[Collected data entries]
- - -
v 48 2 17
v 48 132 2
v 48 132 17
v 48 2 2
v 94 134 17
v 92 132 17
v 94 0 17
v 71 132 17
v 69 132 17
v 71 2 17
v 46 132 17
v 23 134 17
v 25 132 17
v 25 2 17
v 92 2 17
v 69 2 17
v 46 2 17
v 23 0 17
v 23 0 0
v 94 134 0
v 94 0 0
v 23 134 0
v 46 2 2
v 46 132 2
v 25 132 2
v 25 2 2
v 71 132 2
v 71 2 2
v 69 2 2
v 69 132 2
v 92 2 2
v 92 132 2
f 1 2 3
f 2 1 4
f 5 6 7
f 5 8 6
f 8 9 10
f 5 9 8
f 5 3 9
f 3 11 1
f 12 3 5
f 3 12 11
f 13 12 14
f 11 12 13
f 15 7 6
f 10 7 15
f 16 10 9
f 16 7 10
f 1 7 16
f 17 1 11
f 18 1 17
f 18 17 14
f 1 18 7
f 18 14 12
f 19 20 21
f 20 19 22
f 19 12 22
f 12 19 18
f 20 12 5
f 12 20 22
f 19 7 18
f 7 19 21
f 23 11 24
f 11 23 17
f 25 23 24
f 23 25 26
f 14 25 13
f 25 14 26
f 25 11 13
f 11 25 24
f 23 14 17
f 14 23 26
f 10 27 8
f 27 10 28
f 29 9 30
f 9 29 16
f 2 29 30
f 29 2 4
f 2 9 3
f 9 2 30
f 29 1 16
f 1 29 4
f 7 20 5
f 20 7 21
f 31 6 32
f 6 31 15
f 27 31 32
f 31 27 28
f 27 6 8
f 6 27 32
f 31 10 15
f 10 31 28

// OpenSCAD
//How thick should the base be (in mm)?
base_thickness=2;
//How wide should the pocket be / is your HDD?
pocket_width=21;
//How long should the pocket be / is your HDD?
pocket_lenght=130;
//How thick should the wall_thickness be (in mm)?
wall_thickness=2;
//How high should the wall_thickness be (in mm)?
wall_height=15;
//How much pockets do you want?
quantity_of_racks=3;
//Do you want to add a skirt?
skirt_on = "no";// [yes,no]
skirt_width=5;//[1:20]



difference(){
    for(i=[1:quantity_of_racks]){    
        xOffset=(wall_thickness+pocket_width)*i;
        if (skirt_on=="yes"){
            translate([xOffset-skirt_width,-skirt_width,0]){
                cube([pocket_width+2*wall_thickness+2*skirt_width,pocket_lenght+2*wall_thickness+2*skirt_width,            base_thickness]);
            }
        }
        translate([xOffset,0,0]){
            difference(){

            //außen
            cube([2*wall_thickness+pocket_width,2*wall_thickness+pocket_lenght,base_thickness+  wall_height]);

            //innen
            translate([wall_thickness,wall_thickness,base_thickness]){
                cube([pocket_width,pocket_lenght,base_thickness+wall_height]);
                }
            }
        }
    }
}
- - -
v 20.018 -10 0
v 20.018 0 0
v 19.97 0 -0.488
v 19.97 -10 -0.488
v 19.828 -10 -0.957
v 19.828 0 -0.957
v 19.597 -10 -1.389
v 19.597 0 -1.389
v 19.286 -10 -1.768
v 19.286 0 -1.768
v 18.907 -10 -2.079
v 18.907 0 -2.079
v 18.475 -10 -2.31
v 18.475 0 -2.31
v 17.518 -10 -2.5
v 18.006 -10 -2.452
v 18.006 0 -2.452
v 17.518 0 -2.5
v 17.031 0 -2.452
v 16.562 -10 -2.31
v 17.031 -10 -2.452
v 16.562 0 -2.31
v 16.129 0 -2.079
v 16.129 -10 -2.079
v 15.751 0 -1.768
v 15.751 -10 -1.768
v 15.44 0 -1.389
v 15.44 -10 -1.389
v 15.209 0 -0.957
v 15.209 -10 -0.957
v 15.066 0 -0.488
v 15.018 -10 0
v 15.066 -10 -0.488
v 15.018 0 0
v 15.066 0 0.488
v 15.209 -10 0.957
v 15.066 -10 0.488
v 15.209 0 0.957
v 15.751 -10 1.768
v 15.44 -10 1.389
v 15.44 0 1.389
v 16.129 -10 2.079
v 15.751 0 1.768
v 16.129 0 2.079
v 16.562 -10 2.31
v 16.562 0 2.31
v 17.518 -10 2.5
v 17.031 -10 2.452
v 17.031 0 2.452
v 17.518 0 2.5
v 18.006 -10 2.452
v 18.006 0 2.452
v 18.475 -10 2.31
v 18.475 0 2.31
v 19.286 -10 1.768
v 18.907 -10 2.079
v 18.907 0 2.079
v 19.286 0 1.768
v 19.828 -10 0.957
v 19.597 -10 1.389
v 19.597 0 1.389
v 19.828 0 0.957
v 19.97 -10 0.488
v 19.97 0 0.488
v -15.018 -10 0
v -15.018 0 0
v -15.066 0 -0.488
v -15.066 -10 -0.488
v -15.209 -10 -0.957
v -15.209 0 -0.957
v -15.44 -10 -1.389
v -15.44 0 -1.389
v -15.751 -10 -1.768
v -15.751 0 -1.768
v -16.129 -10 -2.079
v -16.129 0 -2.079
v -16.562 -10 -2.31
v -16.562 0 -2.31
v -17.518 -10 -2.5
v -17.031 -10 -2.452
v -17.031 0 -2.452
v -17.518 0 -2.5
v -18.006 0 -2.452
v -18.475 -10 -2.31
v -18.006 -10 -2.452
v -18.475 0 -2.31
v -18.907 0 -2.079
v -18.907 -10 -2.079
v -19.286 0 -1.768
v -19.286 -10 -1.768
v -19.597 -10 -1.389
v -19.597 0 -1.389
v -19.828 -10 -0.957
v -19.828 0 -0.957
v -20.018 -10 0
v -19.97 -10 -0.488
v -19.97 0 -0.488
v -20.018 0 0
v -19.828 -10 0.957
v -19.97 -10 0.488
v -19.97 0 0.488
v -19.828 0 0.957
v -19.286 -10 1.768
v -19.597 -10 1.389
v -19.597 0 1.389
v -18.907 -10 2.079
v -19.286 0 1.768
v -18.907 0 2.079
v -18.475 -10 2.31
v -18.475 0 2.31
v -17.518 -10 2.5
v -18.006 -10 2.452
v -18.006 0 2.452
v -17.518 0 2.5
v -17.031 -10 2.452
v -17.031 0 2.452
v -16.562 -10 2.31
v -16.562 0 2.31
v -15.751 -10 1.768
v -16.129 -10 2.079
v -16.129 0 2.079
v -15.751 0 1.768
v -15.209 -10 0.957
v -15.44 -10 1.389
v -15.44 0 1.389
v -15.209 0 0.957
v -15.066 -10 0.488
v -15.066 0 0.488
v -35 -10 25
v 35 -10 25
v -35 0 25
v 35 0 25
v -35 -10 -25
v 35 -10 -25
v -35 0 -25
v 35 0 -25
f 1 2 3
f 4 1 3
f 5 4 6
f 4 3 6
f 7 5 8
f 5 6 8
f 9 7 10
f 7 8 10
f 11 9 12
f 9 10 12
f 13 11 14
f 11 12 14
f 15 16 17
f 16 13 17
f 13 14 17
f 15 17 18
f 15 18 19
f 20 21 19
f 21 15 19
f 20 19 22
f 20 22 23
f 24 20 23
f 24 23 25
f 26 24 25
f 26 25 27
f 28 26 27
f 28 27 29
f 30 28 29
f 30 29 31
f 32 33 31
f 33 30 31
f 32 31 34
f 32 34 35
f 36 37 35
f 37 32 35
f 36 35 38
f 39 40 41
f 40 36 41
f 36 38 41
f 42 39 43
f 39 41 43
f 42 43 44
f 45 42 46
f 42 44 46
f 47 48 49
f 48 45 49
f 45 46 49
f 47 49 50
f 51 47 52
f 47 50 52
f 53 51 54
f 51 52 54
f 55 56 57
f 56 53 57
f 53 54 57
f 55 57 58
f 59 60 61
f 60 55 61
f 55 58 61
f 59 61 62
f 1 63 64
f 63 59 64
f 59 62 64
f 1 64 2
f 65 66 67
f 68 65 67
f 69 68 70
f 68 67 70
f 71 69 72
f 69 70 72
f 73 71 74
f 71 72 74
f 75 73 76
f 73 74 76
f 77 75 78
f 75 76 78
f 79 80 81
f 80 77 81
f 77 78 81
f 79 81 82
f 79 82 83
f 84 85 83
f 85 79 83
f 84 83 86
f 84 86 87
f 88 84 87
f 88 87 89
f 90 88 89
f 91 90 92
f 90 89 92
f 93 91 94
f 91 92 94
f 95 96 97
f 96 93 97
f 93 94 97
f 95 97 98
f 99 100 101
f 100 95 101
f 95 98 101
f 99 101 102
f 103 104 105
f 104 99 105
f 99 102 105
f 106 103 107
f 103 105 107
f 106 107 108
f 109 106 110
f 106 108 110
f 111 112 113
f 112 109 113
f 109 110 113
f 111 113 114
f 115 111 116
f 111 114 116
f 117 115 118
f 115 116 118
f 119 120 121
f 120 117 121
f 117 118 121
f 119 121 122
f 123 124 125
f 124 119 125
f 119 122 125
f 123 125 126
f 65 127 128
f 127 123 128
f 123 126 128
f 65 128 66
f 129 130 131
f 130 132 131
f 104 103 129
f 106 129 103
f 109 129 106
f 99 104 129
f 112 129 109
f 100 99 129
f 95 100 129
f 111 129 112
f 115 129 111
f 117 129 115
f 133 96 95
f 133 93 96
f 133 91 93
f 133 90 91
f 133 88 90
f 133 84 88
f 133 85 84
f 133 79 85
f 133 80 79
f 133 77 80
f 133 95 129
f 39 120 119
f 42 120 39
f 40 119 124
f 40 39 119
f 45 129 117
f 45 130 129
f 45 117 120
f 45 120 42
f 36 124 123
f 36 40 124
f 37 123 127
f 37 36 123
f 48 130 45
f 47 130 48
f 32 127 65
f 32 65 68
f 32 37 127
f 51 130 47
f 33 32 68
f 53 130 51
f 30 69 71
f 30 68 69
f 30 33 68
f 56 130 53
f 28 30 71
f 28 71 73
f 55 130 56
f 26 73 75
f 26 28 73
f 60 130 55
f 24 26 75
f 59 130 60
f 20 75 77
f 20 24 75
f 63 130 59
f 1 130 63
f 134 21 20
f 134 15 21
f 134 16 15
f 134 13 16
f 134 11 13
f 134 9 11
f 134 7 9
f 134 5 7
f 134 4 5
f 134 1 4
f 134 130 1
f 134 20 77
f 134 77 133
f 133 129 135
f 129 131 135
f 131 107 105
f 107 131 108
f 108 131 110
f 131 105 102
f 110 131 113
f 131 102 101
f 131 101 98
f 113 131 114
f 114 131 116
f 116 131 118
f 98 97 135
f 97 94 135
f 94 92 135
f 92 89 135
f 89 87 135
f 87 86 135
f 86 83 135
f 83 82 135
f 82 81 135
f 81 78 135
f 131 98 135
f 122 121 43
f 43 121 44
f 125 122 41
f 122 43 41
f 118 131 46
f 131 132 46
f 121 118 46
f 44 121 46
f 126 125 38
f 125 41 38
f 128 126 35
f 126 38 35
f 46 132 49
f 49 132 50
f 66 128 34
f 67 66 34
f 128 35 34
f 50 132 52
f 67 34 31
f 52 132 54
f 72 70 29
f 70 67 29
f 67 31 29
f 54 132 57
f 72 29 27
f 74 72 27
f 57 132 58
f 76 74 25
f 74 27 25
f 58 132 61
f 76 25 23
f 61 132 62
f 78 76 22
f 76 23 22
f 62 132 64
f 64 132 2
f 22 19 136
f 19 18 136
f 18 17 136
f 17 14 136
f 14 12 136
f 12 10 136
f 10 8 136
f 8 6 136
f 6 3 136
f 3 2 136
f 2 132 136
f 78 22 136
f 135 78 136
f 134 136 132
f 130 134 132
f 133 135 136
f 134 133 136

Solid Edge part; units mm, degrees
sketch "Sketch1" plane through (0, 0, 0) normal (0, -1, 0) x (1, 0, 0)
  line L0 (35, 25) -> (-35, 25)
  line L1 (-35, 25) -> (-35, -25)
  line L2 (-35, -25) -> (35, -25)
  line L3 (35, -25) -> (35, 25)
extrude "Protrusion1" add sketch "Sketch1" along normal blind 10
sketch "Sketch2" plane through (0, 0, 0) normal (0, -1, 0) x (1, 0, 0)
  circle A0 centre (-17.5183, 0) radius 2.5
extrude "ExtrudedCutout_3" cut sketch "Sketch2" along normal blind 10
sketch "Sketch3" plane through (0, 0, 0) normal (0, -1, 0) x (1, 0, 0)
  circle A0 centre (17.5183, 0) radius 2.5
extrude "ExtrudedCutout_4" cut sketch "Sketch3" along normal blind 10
- - -
- _WHAT IS REQUIRED_
Only the lines above starting at the one containing "f 133 96 95" and ending at the one containing "f 133 129 135", both included, are to be returned, exactly as they read.

- _ANSWER TO THIS PROBLEM_
f 133 96 95
f 133 93 96
f 133 91 93
f 133 90 91
f 133 88 90
f 133 84 88
f 133 85 84
f 133 79 85
f 133 80 79
f 133 77 80
f 133 95 129
f 39 120 119
f 42 120 39
f 40 119 124
f 40 39 119
f 45 129 117
f 45 130 129
f 45 117 120
f 45 120 42
f 36 124 123
f 36 40 124
f 37 123 127
f 37 36 123
f 48 130 45
f 47 130 48
f 32 127 65
f 32 65 68
f 32 37 127
f 51 130 47
f 33 32 68
f 53 130 51
f 30 69 71
f 30 68 69
f 30 33 68
f 56 130 53
f 28 30 71
f 28 71 73
f 55 130 56
f 26 73 75
f 26 28 73
f 60 130 55
f 24 26 75
f 59 130 60
f 20 75 77
f 20 24 75
f 63 130 59
f 1 130 63
f 134 21 20
f 134 15 21
f 134 16 15
f 134 13 16
f 134 11 13
f 134 9 11
f 134 7 9
f 134 5 7
f 134 4 5
f 134 1 4
f 134 130 1
f 134 20 77
f 134 77 133
f 133 129 135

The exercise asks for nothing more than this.